Flextable comes with the option of specifying tables directly in word outputs. This does not need any further formatting compared to HTML formatting.
Lets use the summary_table
to specify the flextable. Flextable also works as part of a pipe. The basic function is flextable
.
library(flextable)
summary_table %>%
flextable()
We can now add changes to the underlying table and add new header labels to produce a table similar to the one above.
library(flextable)
summary_table %>%
mutate(variable = factor(variable, levels = c("age", "height", "weight", "LBM"),
labels = c("Age (yrs)",
"Stature (cm)",
"Body mass (kg)",
"Lean body mass (%)"))) %>%
flextable() %>%
set_header_labels(variable = "",
female_excl = "Exclude",
female_incl = "Include",
male_excl = "Exclude",
male_incl = "Include")
Note that flextable does not need output = "asis"
to work in markdown files. Similar to kable, flextable can give a preview by just running the code, meaning you do not have to knit the whole document to see what changes you have done.
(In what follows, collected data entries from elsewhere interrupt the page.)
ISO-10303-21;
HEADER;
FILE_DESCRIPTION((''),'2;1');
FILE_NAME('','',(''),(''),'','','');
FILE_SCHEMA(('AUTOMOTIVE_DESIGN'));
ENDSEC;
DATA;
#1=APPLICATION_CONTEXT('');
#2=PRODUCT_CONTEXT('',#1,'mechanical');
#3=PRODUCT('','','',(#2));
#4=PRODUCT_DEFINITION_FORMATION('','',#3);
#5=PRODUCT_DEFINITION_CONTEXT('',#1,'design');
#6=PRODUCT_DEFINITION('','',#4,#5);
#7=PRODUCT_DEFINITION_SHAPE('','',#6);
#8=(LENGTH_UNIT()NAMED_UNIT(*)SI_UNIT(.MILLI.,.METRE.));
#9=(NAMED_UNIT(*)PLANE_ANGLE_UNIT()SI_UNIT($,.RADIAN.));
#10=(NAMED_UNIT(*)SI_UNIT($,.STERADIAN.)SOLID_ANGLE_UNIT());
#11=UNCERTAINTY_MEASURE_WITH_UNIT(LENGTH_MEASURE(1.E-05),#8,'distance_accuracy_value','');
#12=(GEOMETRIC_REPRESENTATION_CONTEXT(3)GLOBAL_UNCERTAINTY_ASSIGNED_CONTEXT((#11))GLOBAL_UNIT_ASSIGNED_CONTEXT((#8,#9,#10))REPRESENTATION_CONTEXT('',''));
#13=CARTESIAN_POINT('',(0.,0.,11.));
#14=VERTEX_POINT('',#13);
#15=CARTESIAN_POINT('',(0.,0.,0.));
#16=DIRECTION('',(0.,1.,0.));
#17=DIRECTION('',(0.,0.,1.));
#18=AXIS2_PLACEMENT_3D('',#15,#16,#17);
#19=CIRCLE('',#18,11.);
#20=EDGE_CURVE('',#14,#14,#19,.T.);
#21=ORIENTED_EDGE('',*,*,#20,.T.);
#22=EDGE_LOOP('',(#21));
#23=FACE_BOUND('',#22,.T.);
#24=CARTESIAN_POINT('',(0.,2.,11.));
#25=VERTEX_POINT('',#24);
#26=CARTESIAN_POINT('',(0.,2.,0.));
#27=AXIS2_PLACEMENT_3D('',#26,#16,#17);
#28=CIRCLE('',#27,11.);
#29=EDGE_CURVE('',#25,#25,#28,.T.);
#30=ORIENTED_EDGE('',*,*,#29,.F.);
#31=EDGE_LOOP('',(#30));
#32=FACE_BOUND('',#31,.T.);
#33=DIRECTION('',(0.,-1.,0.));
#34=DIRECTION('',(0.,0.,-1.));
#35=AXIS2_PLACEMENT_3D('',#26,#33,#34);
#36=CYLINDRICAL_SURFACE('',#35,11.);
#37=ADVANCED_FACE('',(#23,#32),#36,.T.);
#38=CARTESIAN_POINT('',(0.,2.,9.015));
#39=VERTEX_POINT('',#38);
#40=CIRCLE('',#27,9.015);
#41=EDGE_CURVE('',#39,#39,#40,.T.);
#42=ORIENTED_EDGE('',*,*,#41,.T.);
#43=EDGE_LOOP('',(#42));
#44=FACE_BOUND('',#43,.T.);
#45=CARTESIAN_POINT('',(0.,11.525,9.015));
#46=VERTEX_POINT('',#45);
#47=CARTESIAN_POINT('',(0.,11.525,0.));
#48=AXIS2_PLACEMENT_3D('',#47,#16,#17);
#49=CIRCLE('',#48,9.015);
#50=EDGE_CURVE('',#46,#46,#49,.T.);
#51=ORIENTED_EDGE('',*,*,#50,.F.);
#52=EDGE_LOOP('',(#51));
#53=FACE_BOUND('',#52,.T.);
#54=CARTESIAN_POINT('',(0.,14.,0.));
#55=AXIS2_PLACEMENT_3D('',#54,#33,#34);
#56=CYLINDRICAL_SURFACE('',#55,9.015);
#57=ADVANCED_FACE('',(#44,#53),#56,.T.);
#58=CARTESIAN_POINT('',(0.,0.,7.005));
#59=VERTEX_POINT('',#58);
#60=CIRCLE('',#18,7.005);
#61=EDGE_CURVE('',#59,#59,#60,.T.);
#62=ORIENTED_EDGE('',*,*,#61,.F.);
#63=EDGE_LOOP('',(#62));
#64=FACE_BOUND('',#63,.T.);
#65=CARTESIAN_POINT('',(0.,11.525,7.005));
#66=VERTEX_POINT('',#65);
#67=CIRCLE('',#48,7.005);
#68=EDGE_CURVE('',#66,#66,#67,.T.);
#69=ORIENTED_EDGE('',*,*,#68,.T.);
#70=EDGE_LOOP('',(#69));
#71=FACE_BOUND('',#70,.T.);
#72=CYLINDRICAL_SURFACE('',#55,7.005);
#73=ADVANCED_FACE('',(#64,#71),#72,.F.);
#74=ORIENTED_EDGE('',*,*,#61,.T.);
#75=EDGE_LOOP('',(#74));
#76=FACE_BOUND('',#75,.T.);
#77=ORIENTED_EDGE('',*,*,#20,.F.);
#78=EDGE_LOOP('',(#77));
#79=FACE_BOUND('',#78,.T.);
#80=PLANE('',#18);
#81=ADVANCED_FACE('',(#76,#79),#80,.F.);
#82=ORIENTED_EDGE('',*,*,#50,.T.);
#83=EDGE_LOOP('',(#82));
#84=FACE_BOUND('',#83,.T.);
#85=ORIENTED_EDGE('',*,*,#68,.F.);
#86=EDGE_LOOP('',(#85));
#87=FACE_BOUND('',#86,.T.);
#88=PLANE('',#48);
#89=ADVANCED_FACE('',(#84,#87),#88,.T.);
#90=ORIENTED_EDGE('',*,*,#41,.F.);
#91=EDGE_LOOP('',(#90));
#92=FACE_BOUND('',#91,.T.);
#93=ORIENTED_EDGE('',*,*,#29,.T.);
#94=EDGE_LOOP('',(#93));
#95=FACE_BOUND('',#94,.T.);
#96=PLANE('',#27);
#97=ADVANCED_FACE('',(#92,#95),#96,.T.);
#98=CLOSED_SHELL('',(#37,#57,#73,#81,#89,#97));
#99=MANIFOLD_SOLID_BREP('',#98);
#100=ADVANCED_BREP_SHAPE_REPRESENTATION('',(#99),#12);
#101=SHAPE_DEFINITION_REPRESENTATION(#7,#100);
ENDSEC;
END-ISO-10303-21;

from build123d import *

# Parameters (mm, degrees)
SKETCH2_R           = 9.015
SKETCH2_R_2         = 7.005
BOSS_EXTRUDE1_DEPTH = 14
SKETCH3_R           = 11
SKETCH3_R_2         = 9.015
BOSS_EXTRUDE2_DEPTH = 2
CUT_EXTRUDE1_START  = -2.475
SKETCH4_R           = 9.015
CUT_EXTRUDE1_DEPTH  = 2.475


with BuildPart() as part:
    # Sketch2 → Boss-Extrude1 (new body)
    with BuildSketch(Plane(origin=(0, 0, 0), x_dir=(1, 0, 0), z_dir=(0, 1, 0))):
        Circle(SKETCH2_R)
        Circle(SKETCH2_R_2, mode=Mode.SUBTRACT)
    extrude(amount=BOSS_EXTRUDE1_DEPTH)

    # Sketch3 → Boss-Extrude2 (add)
    with BuildSketch(Plane(origin=(0, 0, 0), x_dir=(1, 0, 0), z_dir=(0, 1, 0))):
        Circle(SKETCH3_R)
        Circle(SKETCH3_R_2, mode=Mode.SUBTRACT)
    extrude(amount=BOSS_EXTRUDE2_DEPTH)

    # Sketch4 → Cut-Extrude1 (cut)
    with BuildSketch(Plane(origin=(0, 14, 0), x_dir=(1, 0, 0), z_dir=(0, 1, 0)).offset(CUT_EXTRUDE1_START)):
        Circle(SKETCH4_R)
    extrude(amount=CUT_EXTRUDE1_DEPTH, mode=Mode.SUBTRACT)


solid = part.part
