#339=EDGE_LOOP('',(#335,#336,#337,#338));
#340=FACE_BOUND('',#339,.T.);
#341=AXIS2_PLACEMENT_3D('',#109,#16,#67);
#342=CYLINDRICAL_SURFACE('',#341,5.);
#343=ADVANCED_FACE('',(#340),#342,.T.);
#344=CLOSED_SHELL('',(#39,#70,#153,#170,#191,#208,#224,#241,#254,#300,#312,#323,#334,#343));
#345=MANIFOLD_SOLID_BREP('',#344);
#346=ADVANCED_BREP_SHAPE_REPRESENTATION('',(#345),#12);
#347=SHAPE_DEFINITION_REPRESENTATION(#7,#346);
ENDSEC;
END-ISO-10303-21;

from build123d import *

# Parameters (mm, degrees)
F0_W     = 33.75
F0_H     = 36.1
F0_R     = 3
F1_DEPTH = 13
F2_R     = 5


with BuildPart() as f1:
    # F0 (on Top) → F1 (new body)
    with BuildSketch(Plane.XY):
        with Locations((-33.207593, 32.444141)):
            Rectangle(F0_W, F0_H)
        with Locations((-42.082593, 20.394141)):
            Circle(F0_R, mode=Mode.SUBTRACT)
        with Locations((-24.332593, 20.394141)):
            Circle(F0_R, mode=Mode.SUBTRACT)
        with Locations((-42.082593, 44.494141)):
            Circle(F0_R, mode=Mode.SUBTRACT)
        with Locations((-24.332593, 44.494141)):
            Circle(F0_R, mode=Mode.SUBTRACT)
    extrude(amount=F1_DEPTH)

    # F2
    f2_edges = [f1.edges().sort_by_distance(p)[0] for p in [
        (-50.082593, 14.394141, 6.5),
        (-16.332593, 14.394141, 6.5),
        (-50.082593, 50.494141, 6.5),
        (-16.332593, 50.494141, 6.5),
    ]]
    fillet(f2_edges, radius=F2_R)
Lets finnish up by adding a header and a footnote.
library(flextable)
summary_table %>%
mutate(variable = factor(variable, levels = c("age", "height", "weight", "LBM"),
labels = c("Age (yrs)",
"Stature (cm)",
"Body mass (kg)",
"Lean body mass (%)"))) %>%
flextable() %>%
set_header_labels(variable = "",
female_excl = "Exclude",
female_incl = "Include",
male_excl = "Exclude",
male_incl = "Include") %>%
# Adds a header specified for all columns of the table
add_header_row(values = c("", "Female", "Female", "Male", "Male")) %>%
# Merge the new cells with the same data
# part = "header" meands that we want to add a row in the "header" part of the table.
# i = 1 means row 1
# j = 2:3 means column 2 to 3
merge_at(part = "header", i = 1, j = 2:3) %>%
merge_at(part = "header", i = 1, j = 4:5) %>%
# Add footnote
add_footer_row(values = "Values are mean and (SD)", colwidths = 5) %>%
# Make the columns widths match the content
autofit()
Nice! This table should print if the code chunk is included in a R Markdown file and the output is choosen to be “Knit to word”. See flextable documentation for more customizations.